Mikro düzeyde bu, “Türkiye’nin akraba-aile olması” gibi bir şey... 

Bu akrabalık belli ki “kinine, dinine sahip çıkacak nesiller” yetiştirmeyi hedefleyenler için hiç arzulanan bir dünya değil. 

“Eski Türkiye” ile “yeni Türkiye” dizide ayrıca kafa göz yararak da yüzleşiyor! 

Karşılıklı birbirlerinin yüzlerine yüzlerine yanlışlarını, günahlarını, defolarını, tutarsızlıklarını haykırıyorlar. 

Ve eyvah, eyvah, önemli “farkındalık”lara ayna tutuyorlar! 

Karşılıklı saygı için tarafların birbirlerinin sinir uçlarına basmamaya özen göstermesinin gerekliliğine vurgu yapıyorlar. 

Belli ki bu da zinhar arzulanmıyor. 

BÖL VE YÖNET

Tarafların kırmızı çizgilerini bu şekilde içselleştiren yeni bir rüzgârın peşine düşülse; -ki Kılıçdaroğlu bunu yapmaya çalışıyor!- kampanyada devreye giren “Eşek vezir olmuş, katır silahtar” söylemleri boşa düşmez mi?  

Cumhurbaşkanı Erdoğan, Kılıçdaroğlu için birebir bunu söyledi ve ana muhalefet lideri için “eşek” göndermesi yaptı.

“Bay bay Kemal” ve onunla özdeşleştirilen “öteki Türkiye” o kerte öteki ki... Artık insan bile değil.
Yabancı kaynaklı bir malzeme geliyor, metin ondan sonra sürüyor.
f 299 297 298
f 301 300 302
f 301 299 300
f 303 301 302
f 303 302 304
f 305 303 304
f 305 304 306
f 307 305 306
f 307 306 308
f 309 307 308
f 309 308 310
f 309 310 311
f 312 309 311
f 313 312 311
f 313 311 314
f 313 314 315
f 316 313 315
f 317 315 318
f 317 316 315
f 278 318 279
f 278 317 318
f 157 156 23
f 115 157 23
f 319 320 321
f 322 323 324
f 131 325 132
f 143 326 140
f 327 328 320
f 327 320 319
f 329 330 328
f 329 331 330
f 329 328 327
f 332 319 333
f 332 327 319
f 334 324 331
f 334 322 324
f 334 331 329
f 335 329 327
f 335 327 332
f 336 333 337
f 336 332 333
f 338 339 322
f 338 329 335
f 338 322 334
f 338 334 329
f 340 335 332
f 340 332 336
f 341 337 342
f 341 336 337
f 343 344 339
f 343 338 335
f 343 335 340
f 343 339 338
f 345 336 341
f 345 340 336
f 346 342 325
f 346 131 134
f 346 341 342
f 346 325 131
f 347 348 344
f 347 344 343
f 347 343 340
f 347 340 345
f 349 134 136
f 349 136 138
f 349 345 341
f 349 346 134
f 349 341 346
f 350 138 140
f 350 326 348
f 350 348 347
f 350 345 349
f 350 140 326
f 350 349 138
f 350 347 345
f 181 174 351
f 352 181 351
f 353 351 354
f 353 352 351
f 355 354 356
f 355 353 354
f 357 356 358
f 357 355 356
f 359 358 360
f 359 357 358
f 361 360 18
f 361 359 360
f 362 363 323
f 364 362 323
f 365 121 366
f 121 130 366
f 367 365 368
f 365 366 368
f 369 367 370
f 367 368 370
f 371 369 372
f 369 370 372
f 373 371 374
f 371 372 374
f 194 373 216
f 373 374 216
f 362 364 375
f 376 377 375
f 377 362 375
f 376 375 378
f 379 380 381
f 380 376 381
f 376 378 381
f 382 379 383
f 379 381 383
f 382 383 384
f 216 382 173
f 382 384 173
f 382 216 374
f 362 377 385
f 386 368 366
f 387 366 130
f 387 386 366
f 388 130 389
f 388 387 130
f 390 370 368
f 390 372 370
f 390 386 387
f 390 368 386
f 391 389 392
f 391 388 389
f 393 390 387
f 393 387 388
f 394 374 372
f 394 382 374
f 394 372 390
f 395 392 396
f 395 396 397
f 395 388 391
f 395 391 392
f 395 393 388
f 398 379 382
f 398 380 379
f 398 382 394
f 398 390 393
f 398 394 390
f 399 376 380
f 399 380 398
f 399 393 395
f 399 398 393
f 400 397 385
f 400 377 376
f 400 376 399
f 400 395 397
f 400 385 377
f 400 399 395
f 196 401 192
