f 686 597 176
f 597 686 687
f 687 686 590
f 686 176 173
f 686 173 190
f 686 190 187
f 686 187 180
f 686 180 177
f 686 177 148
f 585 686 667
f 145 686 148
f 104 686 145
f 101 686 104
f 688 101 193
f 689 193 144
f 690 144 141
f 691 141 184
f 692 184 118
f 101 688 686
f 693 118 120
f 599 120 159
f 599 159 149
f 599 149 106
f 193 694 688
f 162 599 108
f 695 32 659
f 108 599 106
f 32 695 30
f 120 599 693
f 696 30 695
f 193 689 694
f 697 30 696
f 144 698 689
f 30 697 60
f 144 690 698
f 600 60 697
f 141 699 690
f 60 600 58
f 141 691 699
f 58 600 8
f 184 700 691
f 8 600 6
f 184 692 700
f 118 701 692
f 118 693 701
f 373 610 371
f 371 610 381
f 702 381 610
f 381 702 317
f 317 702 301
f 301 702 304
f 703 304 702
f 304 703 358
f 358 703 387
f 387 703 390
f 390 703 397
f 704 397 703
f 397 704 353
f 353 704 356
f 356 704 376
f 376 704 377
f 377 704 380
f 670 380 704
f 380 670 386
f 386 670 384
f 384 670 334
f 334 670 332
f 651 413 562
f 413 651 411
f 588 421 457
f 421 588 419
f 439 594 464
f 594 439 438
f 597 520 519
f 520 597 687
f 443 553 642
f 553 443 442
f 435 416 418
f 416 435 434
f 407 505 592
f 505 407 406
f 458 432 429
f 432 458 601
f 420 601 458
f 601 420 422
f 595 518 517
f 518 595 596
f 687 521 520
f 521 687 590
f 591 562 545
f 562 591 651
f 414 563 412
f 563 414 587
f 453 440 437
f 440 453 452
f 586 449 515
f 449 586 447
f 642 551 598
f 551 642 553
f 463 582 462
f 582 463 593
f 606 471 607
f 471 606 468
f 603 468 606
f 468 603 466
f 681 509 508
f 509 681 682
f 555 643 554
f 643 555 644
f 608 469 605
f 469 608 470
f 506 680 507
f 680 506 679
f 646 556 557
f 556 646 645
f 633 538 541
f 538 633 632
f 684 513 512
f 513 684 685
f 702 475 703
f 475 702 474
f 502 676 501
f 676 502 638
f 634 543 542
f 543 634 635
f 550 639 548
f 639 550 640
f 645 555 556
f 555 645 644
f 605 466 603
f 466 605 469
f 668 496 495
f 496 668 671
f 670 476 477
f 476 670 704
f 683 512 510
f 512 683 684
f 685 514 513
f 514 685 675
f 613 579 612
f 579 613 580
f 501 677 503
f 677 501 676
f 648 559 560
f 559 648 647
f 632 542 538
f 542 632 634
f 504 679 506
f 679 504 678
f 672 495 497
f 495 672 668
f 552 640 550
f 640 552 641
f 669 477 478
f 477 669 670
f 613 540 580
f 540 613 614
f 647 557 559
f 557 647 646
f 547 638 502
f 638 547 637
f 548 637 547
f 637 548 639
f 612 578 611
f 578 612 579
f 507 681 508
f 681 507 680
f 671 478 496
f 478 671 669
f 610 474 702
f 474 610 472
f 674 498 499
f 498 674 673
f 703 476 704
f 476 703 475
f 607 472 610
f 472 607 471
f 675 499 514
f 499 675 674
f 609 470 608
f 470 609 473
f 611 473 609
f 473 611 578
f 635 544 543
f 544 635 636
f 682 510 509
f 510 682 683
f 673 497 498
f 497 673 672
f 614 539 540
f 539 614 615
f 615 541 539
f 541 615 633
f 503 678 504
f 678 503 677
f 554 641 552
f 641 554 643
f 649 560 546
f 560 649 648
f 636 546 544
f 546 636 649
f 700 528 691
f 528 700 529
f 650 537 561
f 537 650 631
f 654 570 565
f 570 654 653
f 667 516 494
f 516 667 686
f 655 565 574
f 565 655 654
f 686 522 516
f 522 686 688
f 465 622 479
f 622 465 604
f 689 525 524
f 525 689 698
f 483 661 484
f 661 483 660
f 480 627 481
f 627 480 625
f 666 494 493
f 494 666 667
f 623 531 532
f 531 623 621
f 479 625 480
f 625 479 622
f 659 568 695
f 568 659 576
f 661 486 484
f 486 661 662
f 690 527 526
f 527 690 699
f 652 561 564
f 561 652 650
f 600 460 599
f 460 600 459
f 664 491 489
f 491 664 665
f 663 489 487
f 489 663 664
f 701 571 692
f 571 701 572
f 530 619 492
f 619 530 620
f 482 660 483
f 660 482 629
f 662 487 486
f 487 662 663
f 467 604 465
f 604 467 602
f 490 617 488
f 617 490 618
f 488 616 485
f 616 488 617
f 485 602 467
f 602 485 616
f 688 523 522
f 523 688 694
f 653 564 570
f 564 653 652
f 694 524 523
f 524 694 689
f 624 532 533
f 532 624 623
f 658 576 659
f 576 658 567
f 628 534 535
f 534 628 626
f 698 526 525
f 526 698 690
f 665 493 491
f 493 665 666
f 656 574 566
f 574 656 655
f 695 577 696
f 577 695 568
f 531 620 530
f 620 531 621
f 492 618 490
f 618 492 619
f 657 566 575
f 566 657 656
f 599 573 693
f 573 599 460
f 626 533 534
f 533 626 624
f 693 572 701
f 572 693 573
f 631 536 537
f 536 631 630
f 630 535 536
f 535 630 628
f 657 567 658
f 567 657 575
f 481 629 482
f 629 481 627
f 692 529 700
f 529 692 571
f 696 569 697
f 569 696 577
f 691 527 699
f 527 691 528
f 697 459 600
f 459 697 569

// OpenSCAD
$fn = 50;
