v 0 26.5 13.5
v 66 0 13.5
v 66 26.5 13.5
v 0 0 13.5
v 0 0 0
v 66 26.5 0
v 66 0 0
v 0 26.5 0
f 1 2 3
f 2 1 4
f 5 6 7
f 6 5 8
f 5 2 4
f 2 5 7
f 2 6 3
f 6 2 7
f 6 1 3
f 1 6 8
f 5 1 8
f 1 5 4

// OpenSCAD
$fn=100;

module battery(){
     cube([66,26.5,13.5]);
}

module support_batterie(){

     difference(){
	  union(){
	       cube([56,85.5,10]);
	       minkowski(){
	       translate([(56-30)/2,85,0])cube([30,7,2]);
	       cylinder(d=2,h=0.01);
	       }
	       translate([0,-2,0])cube([17,2,10]);
	       translate([27,-2,0])cube([29,2,10]);
	  }
	  translate([2,-0.1,2])cube([52,85.7,8.1]);
     }

}

battery();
Hayvan. “Eşek” kategorisinde... 

Ötekileştirmenin “Cumhur İttifakı”nda kasıtlı olarak bu kerte toksik boyutlara taşındığı bir ortamda, kitabın ortasından sosyal kutuplaşmaya ayna tutan ve bilinçli farkındalık yaratmaya çalışan popüler bir diziye yer verilir mi? Verilmez.
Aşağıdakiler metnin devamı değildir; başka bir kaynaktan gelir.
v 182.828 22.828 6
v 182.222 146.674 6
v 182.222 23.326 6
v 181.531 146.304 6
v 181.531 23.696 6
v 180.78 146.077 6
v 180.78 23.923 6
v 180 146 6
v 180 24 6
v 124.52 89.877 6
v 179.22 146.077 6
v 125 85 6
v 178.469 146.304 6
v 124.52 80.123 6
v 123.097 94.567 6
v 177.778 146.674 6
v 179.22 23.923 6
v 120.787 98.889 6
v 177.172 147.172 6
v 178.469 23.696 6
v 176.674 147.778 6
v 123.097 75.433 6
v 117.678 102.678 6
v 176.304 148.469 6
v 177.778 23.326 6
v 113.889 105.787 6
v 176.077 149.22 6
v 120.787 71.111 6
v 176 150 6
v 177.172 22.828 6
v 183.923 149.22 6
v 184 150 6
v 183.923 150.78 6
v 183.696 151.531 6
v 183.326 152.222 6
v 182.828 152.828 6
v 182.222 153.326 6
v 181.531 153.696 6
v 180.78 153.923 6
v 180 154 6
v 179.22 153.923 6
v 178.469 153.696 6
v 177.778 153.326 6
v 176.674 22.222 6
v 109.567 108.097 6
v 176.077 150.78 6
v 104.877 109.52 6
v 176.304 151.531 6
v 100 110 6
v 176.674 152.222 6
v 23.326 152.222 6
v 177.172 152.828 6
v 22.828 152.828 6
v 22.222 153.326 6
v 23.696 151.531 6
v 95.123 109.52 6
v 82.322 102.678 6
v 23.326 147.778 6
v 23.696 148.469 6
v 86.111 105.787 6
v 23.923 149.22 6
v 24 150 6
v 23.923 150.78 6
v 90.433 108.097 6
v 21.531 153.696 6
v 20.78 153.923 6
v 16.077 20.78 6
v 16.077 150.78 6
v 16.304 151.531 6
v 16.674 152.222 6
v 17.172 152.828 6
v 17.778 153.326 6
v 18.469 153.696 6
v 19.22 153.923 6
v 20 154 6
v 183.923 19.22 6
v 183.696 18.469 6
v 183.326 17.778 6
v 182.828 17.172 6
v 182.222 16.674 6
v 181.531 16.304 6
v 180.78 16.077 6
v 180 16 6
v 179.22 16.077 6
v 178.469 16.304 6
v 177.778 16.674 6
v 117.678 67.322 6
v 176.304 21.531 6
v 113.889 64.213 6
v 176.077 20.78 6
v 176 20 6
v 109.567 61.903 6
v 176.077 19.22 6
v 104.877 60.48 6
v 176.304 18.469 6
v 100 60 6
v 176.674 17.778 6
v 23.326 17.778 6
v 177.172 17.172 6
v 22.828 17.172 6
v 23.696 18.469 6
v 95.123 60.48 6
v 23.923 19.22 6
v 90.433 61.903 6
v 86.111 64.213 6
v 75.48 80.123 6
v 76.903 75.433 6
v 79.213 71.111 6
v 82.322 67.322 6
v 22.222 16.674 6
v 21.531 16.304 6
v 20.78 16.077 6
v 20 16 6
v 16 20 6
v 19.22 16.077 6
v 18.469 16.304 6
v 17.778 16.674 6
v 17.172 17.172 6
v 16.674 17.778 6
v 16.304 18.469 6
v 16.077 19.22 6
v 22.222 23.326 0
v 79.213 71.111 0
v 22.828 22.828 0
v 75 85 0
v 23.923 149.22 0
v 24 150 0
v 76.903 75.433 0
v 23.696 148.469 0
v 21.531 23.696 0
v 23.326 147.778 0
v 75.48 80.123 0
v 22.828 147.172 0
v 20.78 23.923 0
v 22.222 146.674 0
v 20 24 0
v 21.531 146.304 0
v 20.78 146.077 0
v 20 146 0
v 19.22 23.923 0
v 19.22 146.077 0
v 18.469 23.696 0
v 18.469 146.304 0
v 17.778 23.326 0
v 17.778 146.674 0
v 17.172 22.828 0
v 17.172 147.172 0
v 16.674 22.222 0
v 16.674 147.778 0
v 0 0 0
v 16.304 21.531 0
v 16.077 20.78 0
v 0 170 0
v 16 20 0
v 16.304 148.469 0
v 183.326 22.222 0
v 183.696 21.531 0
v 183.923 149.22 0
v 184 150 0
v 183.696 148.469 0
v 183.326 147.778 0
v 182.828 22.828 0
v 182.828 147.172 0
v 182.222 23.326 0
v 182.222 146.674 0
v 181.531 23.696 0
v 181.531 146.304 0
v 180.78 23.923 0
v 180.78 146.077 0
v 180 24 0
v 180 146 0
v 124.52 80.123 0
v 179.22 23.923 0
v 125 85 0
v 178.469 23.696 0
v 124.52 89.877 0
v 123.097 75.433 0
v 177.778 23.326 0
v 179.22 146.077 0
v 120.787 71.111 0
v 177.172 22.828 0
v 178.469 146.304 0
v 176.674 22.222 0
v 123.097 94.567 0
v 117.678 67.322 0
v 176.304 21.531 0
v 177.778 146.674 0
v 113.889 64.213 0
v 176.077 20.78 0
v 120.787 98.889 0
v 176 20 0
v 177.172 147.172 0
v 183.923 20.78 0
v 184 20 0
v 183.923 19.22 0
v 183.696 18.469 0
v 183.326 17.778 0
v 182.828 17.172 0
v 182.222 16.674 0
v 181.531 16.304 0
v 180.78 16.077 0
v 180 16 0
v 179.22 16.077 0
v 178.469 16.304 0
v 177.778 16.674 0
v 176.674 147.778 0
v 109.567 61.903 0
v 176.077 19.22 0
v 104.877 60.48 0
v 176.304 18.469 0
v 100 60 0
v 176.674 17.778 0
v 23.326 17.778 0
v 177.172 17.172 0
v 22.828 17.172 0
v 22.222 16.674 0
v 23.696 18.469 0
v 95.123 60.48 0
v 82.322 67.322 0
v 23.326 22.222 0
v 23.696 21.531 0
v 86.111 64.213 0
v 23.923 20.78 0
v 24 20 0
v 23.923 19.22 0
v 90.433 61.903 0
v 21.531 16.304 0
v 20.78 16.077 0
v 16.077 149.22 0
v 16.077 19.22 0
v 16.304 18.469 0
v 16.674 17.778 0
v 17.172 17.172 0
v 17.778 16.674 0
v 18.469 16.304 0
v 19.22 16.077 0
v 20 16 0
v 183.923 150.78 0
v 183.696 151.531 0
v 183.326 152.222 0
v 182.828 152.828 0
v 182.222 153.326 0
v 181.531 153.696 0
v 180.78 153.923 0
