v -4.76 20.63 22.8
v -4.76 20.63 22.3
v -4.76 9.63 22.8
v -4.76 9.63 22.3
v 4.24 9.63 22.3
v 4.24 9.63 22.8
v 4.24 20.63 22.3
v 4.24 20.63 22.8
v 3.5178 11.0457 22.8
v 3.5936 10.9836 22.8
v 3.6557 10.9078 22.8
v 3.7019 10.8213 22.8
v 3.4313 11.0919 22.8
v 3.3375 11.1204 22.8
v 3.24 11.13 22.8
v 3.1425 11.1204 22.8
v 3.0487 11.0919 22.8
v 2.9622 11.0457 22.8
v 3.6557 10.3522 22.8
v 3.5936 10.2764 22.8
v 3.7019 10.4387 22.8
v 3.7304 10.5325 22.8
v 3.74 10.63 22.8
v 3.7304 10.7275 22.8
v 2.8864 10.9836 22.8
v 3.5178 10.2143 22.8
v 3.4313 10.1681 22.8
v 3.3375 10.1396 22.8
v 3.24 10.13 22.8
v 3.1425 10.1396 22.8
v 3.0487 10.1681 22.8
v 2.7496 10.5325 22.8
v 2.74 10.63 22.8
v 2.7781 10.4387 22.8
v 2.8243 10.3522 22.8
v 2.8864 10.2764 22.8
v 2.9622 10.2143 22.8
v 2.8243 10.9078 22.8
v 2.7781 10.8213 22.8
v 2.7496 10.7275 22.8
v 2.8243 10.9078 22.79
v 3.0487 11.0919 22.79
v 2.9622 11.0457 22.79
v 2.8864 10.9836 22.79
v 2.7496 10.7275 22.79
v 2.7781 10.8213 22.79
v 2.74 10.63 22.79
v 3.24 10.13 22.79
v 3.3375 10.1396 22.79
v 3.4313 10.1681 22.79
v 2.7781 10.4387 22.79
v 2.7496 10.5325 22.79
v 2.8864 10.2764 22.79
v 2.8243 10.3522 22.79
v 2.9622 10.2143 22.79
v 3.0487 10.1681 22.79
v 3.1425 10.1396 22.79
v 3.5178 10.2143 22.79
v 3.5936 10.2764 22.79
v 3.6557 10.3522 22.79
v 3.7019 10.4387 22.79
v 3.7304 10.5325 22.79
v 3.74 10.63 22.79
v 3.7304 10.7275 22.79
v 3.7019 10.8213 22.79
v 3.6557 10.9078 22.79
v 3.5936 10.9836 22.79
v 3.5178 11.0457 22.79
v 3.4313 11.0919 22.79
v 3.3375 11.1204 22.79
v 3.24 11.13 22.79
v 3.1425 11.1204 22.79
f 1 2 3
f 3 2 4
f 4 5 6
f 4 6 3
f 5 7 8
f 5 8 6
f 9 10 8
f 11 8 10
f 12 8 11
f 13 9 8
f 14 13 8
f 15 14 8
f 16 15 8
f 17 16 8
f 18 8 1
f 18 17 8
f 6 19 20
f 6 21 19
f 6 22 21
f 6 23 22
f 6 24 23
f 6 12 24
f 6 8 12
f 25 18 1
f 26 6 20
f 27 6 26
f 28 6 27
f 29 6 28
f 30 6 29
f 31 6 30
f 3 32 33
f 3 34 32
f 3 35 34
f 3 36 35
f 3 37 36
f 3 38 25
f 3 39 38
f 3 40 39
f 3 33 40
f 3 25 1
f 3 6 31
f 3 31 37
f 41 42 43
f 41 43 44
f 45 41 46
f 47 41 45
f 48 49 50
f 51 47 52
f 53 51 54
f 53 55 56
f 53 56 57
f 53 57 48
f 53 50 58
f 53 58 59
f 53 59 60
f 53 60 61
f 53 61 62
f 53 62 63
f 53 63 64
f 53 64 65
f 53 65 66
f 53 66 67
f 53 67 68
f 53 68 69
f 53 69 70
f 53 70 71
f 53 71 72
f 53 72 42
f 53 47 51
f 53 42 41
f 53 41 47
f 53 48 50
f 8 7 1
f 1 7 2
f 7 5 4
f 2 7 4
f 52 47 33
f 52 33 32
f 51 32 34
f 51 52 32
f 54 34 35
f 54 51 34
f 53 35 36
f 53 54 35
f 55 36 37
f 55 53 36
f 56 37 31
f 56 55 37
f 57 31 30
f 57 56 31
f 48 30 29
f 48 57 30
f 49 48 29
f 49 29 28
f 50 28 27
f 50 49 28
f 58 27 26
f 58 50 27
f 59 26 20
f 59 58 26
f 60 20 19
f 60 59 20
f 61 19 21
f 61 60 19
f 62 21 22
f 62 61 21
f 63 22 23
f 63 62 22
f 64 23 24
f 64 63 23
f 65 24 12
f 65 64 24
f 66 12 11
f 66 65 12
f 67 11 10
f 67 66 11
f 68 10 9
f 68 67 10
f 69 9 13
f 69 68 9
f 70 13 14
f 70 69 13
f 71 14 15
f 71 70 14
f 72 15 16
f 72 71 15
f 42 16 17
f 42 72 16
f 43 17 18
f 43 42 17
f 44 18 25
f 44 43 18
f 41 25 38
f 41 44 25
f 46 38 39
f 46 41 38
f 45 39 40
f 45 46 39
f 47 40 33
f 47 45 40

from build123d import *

# Parameters (mm, degrees)
CYLINDER030_R          = 0.5
CYLINDER030_DEPTH      = 0.01
BOX075_W               = 9
BOX075_H               = 11
BOX075_DEPTH           = 0.5
CUT023_PLACEMENT_ANGLE = 180


with BuildPart() as cylinder030:
    # Cylinder030 → Cylinder030 (new body)
    with BuildSketch(Plane(origin=(1, 10, 0.49), x_dir=(1, 0, 0), z_dir=(0, 0, 1))):
        Circle(CYLINDER030_R)
    extrude(amount=CYLINDER030_DEPTH)


with BuildPart() as large_linbo3_plate019:
    # Box075 → Box075 (new body)
    with BuildSketch(Plane.XY):
        with Locations((4.5, 5.5)):
            Rectangle(BOX075_W, BOX075_H)
    extrude(amount=BOX075_DEPTH)

    # Cut023: cut Cylinder030
    add(cylinder030.part, mode=Mode.SUBTRACT)


with BuildPart() as large_linbo3_plate019_1:
    # Cut023 placement: moved
    add(large_linbo3_plate019.part.moved(Location((4.24, 20.63, 22.3))).rotate(Axis((4.24, 20.63, 22.3), (0, 0, 1)), CUT023_PLACEMENT_ANGLE))


solid = large_linbo3_plate019_1.part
Kendimi zorlayarak da olsa bunu nesnel siyasi analiz boyutunda anlamlandırabilirim.

Hiç anlamlandıramadığım şey, yasağı meşrulaştırmak adına kullanılan “toplumsal cinsiyet eşitliğine ters düşen yayın” gerekçesi. 

Zekâmızı da artık bu kadar hor görmeyin.

Bunu söylüyorum da... Popülist rejimler ve “seçimli otokrasilerin” derdinin seçmeni ikna etmek olmadığını, salt “gerilim ortamını” beslemek olduğunu da biliyorum. 
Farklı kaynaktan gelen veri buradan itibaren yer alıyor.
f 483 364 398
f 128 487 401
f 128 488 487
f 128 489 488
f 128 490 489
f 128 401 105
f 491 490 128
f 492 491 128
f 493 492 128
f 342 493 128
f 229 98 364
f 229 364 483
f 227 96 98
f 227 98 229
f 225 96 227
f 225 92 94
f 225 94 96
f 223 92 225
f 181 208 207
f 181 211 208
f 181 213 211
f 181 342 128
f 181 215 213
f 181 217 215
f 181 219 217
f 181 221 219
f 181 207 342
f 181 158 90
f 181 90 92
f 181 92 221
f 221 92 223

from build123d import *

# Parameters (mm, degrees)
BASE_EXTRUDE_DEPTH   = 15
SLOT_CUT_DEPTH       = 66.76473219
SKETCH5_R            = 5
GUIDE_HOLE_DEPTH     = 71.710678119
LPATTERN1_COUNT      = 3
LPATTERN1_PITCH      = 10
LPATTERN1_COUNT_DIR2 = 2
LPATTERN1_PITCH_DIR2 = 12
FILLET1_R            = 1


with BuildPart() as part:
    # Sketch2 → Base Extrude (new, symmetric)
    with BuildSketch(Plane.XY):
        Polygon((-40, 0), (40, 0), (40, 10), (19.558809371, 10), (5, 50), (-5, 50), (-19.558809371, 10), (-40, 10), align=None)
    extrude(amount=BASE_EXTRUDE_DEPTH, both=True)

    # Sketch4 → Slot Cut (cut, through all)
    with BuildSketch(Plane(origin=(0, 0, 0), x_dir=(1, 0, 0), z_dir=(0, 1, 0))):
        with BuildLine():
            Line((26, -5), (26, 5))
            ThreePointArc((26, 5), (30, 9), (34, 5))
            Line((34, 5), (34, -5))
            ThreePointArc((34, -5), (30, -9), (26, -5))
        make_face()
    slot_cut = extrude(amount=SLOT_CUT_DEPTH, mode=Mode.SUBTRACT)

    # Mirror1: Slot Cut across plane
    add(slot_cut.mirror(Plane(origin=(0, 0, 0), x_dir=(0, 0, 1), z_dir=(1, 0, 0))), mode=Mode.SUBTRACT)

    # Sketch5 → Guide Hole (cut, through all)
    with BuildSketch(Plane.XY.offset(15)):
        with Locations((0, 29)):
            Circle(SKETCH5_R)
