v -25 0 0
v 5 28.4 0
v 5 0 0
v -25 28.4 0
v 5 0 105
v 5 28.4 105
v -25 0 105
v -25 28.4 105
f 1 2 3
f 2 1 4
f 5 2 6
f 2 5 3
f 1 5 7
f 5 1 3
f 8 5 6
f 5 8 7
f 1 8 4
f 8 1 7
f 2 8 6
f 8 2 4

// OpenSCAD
// Built by bench/smallmodels/features/compiler.py from a list of features.
$fn = 64;
difference() {
  union() {
    translate([0, 0, 0]) linear_extrude(height = 105) polygon([[0, 0], [5, 0], [5, 28.4], [-25, 28.4], [-25, 0]]);
  }
  union() {
    translate([42, 17.5, 0]) rotate([0, 0, 0]) translate([-9.2, -15, 0]) cube([18.4, 30, 105]);
    translate([42, 52.5, 0]) rotate([0, 0, 0]) translate([-9.2, -15, 0]) cube([18.4, 30, 105]);
    translate([42, 87.5, 0]) rotate([0, 0, 0]) translate([-9.2, -15, 0]) cube([18.4, 30, 105]);
  }
}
Bu minval rejimlerin “gerçek”le alışverişi yok. Dertleri yalnızca “güç”.

Tayin edici görülen seçmeni sadece “gücün kimde olduğuna” ikna etmek oluyor.

Gücü elinde tutan eğer bir diziyi sakıncalı buluyorsa, o dizi sakıncalıdır! 

Gerisi teferruat. 

Teferruat olmayan tek şey oyunuz. 

Sandığa giderken elinizdeki son ve tek söz hakkının “oy”unuz olduğunu lütfen unutmayın. 

Onu da bölmek ve son anda kutuplaşma içinde kutuplaşma yaratmak maksadıyla oyuna katılan kifayetsiz muhterislere prim vermeyin. 

“Böl ve yönet” taktiği hiçbir dönemde bugünkü denli işlevsel ve belirleyici olmadı.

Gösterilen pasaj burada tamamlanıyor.